Document processing with DocAI

Introduction

The current deployment of OGRRE uses Google DocAI for digitizing documents.

This page describes the workflow used to process well records through DocAI.

Terminology

Following are terms used in this page:

TermSynonymsDefinition
modelAI modelTrained (DocAI) model that can transform inputs to outputs
collated documentsRaw PDFsMultiple-page PDFs containing well records
splitterAI model that can extract the PDF pages from collated documents
categoryA label that identifies a type of document
training documentDocument used to train an AI model
testing documentDocument used to assess the accuracy of the AI model as part of the model training
classifierAI model that groups documents into categories for processing
schemaSet of attributes that are expected for a document in a given category
fieldattributeOne named value in a document

Workflow

Below is a diagram showing an overview of the workflow:

Split

Typical input documents are multiple page PDFs, only some of which contain the data of interest. Different categories of report document have different boundaries, so they are labeled and identified.

Training

The training set is created with the following manual (human) steps, performed on the collated raw PDFs uaing the Google DocAI web interface:

  1. Identify the document boundaries
  2. Assign a category, based on titles or content, to separate different collated document types

Google DocAI needs at least 10 training documents and 2 testing documents for each category to automatically apply the categories and boundaries to the rest of the collated documents.

Application

This 'model' of document boundaries and categories can now be applied to the rest of the collated documents. Then the processing workflow produces files like: {original file name}_{Splitter label}_{Label count}.

  • A useful original file name is the API number (e.g., if not inside the file itself)
  • The "Label countitle: Usage Guide sidebar_position: 2 t" tracks the number of documents with the same “Splitter Label” for a given collated Document

Classify

Once the documents have been split so that only the pages with the desired data are present, they need to be grouped into categories based on document layout.

Training

Classifier category labels are based on the order of when each document type was identified, using letters as follows: {Splitter Label}_{A,B,C,..}. Each document receives one label.

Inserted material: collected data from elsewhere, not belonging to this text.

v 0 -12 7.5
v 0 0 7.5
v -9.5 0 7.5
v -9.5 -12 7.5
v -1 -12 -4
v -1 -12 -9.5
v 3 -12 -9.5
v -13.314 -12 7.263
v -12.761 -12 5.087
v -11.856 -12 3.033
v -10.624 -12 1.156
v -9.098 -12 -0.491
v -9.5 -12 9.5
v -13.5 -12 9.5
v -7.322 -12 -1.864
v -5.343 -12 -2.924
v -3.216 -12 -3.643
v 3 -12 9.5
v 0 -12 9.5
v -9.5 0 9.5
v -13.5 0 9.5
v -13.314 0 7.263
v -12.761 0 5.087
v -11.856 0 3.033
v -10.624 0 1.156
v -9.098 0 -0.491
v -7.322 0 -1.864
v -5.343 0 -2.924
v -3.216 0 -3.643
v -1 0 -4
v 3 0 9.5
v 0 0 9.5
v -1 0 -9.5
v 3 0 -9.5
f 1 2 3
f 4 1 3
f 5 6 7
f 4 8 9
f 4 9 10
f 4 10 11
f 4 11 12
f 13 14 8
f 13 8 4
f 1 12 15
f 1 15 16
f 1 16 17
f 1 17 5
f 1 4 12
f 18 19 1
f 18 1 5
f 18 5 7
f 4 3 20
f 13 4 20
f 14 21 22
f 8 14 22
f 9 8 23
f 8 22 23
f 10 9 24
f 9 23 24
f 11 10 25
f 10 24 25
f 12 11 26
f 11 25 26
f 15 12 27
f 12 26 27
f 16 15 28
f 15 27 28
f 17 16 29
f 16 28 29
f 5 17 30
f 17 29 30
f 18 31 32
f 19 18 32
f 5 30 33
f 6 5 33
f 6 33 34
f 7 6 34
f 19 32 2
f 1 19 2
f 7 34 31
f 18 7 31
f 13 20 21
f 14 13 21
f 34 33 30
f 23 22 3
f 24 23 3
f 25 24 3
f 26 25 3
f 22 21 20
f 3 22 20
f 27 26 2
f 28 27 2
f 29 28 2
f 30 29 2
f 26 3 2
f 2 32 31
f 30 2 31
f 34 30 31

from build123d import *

# Parameters (mm, degrees)
F1_DEPTH = 12


with BuildPart() as f1:
    # F0 (on Front) → F1 (new body)
    with BuildSketch(Plane.XZ):
        with BuildLine():
            Line((0, -9.5), (0, 7.5))
            Line((0, 7.5), (-9.5, 7.5))
            Line((-9.5, 7.5), (-9.5, 9.5))
            Line((-9.5, 9.5), (-13.5, 9.5))
            ThreePointArc((-13.5, 9.5), (-9.89512, 0.300815), (-1, -4))
            Line((-1, -4), (-1, -9.5))
            Line((-1, -9.5), (0, -9.5))
        make_face()
        Polygon((3, 9.5), (0, 9.5), (0, 7.5), (0, -9.5), (3, -9.5), align=None)
    extrude(amount=F1_DEPTH)


solid = f1.part
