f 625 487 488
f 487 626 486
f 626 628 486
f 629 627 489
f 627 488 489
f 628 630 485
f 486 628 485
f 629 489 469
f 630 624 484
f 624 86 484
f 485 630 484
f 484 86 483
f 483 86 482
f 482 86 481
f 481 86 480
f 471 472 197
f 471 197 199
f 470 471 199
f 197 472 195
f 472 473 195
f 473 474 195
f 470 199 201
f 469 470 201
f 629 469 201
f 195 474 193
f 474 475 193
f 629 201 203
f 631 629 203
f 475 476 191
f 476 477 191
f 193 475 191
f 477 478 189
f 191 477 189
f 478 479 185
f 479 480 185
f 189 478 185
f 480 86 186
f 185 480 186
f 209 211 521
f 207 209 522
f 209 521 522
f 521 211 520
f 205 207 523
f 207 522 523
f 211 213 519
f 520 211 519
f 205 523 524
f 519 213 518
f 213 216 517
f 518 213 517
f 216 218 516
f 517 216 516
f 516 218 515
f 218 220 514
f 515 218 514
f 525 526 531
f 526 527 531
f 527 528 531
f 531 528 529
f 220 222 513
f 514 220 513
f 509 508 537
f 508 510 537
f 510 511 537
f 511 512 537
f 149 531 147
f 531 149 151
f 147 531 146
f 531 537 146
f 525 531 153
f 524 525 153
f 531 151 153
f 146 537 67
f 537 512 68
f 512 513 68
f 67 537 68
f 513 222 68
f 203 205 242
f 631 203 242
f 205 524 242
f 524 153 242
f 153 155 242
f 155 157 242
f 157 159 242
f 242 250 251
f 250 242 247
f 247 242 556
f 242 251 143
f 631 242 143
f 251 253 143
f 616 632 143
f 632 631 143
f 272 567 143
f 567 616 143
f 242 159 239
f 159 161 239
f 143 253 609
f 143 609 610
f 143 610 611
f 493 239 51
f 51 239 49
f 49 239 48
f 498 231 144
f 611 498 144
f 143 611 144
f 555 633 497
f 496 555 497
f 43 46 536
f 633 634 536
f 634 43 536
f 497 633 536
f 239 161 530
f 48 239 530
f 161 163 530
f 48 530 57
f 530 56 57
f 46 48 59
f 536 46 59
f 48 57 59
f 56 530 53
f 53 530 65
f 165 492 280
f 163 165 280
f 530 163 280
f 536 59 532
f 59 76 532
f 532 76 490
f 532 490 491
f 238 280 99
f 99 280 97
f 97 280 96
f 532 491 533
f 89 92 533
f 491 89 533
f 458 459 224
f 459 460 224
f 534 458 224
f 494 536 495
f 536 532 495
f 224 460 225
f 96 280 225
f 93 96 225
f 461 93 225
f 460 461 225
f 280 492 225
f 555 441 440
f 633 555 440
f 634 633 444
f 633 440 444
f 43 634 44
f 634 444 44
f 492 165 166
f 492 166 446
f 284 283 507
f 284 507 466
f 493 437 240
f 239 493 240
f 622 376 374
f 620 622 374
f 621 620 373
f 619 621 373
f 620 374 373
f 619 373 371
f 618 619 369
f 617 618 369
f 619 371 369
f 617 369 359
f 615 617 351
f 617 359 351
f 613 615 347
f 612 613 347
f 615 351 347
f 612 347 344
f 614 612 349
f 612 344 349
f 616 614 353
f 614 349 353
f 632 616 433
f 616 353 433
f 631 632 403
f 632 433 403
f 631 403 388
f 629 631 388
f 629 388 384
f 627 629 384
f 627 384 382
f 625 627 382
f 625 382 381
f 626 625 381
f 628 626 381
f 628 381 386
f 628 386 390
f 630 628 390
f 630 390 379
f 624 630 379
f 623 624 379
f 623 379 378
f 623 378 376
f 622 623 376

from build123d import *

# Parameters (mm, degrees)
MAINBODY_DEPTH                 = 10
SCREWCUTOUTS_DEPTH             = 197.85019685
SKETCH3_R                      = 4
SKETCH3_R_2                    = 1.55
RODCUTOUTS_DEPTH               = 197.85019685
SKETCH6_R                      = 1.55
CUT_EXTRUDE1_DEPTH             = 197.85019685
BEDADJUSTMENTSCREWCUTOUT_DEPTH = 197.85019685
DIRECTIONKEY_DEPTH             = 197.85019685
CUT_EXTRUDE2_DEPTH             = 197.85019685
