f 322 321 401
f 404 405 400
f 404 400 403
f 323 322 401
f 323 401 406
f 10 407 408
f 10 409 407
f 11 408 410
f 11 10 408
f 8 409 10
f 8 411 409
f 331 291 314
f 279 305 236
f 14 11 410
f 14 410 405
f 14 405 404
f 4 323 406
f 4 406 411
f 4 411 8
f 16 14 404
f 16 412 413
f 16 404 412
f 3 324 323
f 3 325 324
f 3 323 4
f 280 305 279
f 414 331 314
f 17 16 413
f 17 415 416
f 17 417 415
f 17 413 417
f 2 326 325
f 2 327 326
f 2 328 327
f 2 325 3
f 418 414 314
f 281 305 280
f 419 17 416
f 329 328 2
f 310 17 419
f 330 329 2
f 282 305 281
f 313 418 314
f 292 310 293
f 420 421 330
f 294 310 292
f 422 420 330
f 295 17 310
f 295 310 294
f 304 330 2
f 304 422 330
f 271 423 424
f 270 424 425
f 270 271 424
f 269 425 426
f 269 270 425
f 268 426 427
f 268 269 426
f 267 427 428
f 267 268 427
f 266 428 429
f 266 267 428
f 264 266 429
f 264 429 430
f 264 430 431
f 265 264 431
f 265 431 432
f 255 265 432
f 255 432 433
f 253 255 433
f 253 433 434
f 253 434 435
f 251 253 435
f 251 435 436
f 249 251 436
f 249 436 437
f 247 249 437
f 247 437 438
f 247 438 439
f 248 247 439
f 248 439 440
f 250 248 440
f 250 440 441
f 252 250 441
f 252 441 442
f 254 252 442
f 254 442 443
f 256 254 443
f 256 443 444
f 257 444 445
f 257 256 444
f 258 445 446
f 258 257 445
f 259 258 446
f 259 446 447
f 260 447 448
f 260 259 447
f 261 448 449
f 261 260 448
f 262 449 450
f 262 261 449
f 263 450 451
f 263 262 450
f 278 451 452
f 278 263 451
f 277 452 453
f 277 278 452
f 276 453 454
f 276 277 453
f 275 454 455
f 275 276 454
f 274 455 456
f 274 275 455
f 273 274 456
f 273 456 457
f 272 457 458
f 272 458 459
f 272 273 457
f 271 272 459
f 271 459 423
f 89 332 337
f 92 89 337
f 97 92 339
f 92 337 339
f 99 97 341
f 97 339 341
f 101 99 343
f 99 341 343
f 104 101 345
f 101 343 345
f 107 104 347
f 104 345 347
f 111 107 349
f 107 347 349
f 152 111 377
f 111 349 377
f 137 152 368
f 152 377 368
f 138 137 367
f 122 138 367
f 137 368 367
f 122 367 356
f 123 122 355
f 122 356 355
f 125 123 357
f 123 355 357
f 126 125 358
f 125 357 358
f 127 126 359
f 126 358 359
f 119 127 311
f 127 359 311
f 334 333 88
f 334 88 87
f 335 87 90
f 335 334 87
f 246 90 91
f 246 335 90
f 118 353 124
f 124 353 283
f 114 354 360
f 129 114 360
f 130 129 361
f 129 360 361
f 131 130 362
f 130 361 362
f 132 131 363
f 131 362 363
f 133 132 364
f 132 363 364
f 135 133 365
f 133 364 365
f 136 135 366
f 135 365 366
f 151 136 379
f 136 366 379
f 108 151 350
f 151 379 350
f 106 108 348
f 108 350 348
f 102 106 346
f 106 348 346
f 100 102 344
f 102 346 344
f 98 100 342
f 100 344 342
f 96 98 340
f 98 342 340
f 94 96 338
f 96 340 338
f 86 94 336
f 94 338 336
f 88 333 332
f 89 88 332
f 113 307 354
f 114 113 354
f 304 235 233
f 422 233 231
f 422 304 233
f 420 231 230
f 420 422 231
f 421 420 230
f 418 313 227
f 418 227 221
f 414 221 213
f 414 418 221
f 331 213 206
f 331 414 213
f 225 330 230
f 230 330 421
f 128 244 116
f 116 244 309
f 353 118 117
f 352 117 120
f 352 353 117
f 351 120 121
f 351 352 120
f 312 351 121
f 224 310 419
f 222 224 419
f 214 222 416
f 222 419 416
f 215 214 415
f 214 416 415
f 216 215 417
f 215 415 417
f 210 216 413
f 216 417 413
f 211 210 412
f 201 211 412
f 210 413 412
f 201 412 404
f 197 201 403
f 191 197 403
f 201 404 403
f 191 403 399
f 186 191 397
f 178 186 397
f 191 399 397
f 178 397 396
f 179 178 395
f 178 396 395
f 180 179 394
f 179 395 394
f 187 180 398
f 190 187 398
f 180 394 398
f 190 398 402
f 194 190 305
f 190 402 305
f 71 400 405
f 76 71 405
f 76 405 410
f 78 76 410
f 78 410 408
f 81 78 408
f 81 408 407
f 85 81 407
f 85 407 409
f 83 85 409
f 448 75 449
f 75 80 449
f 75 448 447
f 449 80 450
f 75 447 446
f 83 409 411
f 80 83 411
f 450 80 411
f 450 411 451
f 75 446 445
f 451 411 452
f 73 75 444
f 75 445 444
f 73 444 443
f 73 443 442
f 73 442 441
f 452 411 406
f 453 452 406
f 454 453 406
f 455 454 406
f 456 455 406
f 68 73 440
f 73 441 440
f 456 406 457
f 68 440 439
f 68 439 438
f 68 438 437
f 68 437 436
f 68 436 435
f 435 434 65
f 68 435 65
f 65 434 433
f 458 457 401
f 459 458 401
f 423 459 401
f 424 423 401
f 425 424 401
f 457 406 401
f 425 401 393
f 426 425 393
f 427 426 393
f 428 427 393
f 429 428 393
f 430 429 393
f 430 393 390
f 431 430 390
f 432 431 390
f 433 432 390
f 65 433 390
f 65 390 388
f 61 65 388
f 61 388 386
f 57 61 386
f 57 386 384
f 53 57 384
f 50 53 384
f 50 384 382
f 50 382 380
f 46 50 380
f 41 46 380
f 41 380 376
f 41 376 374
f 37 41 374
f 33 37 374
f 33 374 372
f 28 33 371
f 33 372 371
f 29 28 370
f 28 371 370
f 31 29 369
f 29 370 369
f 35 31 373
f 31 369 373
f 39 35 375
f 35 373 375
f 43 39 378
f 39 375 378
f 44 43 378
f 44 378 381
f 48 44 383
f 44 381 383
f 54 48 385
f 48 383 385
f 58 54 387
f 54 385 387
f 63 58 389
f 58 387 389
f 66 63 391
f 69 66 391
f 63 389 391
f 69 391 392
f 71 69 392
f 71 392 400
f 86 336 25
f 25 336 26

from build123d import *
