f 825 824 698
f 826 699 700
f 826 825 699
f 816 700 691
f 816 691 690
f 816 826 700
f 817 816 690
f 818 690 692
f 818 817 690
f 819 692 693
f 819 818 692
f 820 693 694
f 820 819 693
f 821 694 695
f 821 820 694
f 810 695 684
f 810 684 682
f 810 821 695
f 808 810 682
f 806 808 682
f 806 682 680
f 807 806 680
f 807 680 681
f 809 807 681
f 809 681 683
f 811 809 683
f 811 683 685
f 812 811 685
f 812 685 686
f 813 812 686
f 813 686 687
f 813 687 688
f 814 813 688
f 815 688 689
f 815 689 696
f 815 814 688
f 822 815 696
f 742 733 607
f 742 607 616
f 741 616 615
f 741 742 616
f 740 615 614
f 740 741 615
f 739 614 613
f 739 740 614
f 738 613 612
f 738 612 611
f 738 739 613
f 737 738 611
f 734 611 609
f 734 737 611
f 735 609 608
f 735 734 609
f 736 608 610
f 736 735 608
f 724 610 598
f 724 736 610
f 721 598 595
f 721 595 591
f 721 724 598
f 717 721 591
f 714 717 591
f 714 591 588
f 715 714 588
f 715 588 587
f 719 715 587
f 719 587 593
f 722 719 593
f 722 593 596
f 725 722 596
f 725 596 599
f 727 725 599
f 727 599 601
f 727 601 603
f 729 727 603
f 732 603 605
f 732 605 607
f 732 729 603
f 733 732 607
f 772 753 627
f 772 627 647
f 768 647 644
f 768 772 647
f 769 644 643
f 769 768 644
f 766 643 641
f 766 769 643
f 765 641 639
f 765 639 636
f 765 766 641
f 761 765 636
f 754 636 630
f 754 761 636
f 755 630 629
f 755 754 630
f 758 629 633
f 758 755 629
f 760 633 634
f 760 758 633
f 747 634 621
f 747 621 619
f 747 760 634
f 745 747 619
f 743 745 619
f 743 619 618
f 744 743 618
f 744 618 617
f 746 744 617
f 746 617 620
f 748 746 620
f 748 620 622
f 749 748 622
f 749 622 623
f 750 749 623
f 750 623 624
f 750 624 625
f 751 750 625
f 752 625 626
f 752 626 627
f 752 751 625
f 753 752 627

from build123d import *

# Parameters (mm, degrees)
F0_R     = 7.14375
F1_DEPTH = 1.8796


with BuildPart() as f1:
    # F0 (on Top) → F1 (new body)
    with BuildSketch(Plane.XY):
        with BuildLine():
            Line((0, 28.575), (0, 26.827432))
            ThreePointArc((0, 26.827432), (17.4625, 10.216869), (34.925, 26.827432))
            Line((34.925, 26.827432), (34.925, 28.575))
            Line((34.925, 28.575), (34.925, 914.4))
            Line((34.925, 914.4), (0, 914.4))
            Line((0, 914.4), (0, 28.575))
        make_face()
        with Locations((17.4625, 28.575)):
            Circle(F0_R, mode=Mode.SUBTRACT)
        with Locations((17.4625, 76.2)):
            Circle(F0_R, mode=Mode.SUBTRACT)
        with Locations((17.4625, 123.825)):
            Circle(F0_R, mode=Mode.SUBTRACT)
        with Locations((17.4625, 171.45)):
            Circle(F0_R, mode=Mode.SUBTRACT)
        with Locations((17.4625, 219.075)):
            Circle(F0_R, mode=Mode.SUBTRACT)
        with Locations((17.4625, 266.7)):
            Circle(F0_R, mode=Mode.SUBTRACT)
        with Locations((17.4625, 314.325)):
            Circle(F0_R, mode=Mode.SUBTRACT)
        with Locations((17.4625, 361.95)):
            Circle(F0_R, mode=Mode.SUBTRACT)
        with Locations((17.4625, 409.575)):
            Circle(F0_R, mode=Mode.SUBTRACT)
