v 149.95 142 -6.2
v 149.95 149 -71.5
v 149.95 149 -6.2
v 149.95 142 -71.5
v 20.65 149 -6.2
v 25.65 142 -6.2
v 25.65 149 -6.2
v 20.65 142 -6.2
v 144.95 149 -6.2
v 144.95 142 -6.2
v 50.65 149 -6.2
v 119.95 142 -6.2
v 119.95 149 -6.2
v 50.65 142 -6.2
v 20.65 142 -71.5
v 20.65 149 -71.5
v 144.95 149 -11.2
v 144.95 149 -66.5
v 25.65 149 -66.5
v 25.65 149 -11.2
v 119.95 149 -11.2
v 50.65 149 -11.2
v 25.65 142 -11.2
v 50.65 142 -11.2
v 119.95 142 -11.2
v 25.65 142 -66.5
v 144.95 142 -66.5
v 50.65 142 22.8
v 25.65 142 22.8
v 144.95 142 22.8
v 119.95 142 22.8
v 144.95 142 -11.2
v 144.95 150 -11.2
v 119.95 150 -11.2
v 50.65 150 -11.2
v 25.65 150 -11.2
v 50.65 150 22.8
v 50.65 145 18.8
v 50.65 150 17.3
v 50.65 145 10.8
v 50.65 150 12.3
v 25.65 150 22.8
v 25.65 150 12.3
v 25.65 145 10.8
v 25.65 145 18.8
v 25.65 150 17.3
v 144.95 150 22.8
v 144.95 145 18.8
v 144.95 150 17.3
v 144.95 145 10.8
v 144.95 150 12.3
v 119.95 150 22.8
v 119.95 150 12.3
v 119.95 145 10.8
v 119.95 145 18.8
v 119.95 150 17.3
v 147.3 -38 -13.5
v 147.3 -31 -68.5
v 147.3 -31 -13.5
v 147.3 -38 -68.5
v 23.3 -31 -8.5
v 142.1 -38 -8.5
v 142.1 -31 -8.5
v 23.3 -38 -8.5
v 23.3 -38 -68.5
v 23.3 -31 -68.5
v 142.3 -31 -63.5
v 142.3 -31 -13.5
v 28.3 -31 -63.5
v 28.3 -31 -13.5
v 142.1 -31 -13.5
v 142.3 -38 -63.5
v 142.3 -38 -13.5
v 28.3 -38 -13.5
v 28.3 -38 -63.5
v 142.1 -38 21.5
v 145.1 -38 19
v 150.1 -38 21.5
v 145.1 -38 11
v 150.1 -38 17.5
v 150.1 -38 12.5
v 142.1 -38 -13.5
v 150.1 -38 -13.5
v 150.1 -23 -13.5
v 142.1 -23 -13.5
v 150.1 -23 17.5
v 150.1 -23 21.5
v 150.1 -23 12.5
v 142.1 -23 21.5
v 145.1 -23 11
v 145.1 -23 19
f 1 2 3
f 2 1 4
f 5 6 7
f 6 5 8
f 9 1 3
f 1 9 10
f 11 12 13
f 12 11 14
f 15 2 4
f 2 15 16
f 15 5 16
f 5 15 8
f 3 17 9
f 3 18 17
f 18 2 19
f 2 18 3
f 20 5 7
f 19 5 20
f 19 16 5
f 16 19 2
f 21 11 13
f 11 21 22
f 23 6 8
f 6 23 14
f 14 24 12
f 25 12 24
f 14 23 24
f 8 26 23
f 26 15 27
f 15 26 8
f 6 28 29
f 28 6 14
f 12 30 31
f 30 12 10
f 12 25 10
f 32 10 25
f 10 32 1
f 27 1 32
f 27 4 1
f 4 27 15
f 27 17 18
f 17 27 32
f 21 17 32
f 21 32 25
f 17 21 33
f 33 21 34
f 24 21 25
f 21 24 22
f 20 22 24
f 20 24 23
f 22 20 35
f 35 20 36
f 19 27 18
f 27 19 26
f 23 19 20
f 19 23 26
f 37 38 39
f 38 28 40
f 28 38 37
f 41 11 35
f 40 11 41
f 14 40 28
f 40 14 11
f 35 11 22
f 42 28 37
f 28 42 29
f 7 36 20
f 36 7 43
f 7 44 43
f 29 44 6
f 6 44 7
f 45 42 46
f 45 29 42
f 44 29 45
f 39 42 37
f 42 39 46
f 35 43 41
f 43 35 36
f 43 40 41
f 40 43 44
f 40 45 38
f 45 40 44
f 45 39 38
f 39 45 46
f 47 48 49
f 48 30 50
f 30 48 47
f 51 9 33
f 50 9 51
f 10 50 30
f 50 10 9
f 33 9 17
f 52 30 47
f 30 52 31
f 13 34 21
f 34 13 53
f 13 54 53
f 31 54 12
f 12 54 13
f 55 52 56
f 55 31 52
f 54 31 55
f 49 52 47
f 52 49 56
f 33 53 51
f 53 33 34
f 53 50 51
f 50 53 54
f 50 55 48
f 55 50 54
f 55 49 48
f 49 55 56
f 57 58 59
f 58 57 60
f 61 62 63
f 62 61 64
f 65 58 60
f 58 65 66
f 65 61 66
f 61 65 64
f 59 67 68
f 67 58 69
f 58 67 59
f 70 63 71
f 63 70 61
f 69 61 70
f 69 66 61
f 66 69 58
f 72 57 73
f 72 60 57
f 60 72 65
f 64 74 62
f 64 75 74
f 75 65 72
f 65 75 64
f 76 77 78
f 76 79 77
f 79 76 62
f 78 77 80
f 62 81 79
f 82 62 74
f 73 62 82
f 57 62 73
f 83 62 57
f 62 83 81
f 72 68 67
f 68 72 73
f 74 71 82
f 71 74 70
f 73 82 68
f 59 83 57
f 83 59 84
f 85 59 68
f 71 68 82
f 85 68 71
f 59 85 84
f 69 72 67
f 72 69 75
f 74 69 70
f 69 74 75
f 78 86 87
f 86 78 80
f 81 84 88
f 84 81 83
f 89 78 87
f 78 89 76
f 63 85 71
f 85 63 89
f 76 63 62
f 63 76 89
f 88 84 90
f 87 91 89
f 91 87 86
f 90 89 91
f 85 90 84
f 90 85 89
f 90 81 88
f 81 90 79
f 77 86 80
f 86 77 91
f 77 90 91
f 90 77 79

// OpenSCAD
// file: long_bow_tie.scad
tilt_level = 1.1;

include <include.scad>;
include <globals.scad>;

obj_leg = 12;

function scale_x() = 1;
function scale_z() = (male_dove_depth-0.2)/male_dove_depth;

length = 50;

module bow_tie_master(length){
	union(){
		mirror([0,1,0])	dovetail_3d(male_dove_max_width, male_dove_min_width, male_dove_depth, length);
		dovetail_3d(male_dove_max_width, male_dove_min_width, male_dove_depth, length);
	}
}

module long_bow_tie_unscaled(length) {

    module endcyl() {
        translate([0,0,-3]) cylinder(d=24, h=6, $fn=60);
    }

    module endtub() {
        rotate([0,90,0]) translate([0,0,-15/2]) difference() {
            cylinder(d=20, h=15, $fn=60);
            cylinder(d=12, h=16, $fn=60);
            translate([-20,0,-0.1]) cube([40,20,16]);
        }
    }

    translate([0,0,male_dove_depth]) difference() {
        intersection(){
            rotate([90,0,0]) bow_tie_master(length);
            rotate([90,0,0]) cylinder(r=5.8, h=200);
        }
        translate([13,5,0]) rotate([90,0,25]) endcyl();
        translate([-13,5,0]) rotate([90,0,-25]) endcyl();
        translate([13,-length-5,0]) rotate([90,0,-25]) endcyl();
        translate([-13,-length-5,0]) rotate([90,0,25]) endcyl();

        translate([0,-length+4.5,0]) endtub();
        translate([0,-4.5,0]) rotate([180,0,0]) endtub();
    }
}

module long_bow_tie(length=length, scale_x=scale_x(), scale_z=scale_z()) {
    scale([scale_x, 1, scale_z]) long_bow_tie_unscaled(length);
}

module split(length) {
    translate([0,0,-1]) linear_extrude(height=length+2) polygon(points=[[0,-1], [1,-1], [2.1,-5], [-2.1,-5], [-1,-1]]);
}

module long_bow_tie_split(length=length, scale_x=scale_x(), scale_z=scale_z()) {
    translate([0,0,scale_z*male_dove_depth]) rotate([90,0,0]) difference() {
        translate([0,-(scale_z*male_dove_depth),0]) rotate([-90,0,0]) long_bow_tie(length);
        split(length);
        rotate([0,0,180]) split();
    }
}

module long_bow_tie_half(length=length, scale_x=scale_x(), scale_z=scale_z()) {
    rotate([0,-90,0]) intersection() {
        long_bow_tie(length);
        translate([0,-length,-1]) cube([6, length, 12]);
    }
}

long_bow_tie();
//long_bow_tie(25);
//long_bow_tie_half(length);
//long_bow_tie_split(length);
// file: globals.scad
/*
Most things in this file is represented as one millimeter, so keep that in mind while changing things.
Some of the setting are not mm but at variables that you can set, such as 2*x=2x and you are setting what x is.
I will try to specify when things are variables and not exact measurements.
*/

// printer slop
slop = 0.15;

obj_leg = 30;
leg_length = 5.5;
small_number = 0.001;
metal_core_rode_global = 5;


///////////////// number of holes /////////////////////
z_hole_number = 8;
other_holes = 8;

///////////////// Pins /////////////////////

//pins that poke out
ball_size = 10;
pin_height = 20;
pin_diameter = 6;


//holes
hole_ball_size = ball_size;
hole_pin_height = pin_height;
hole_pin_diameter = pin_diameter;

///////////////// Z THINGS /////////////////////

berring_slot_width = 7.5;
berring_slot_depth = 6.5;
metal_core_rode = 5;

///////////////// X THINGS /////////////////////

The training set is created by labeling document types. As for the Split step, Google DocAI needs at least 10 training and 2 testing documents for each document type.

Application

The classifier model takes as input the splitter outputs from the previous step and categorizes them into different schema label "bins", which are mapped to different Google buckets for extraction.

Extract

The final step in the workflow is to extract the data from each category of documents. To do this, one must first train the processor, adding schema (field) labels for every field in the category of documents.

Training

Unlike the Split and Classify steps for a field to included in a model, Google DocAI needs the field to be included on at least 10 training and 10 testing documents to create a model. One model is trained for each category identified in the previous Classify step.

Some important things to keep in mind for this process:

  • Field labels matching the document text reduces incorrect auto-labeling.
  • Field labels may also be included into tables to facilitate grouping tabular data.
  • Unless otherwise required, the occurrence setting for fields inside of tables should be once.
  • Documents that have a field labels with the occurrence setting required will be excluded from training if that field cannot be detected.
  • Field labels that may occur more than once should have the occurrence setting multiple.
  • Keeping a record of the field labels, label type, occurrence, field groupings, and page order is best practice.
    • When training new models recording the fields that are disabled.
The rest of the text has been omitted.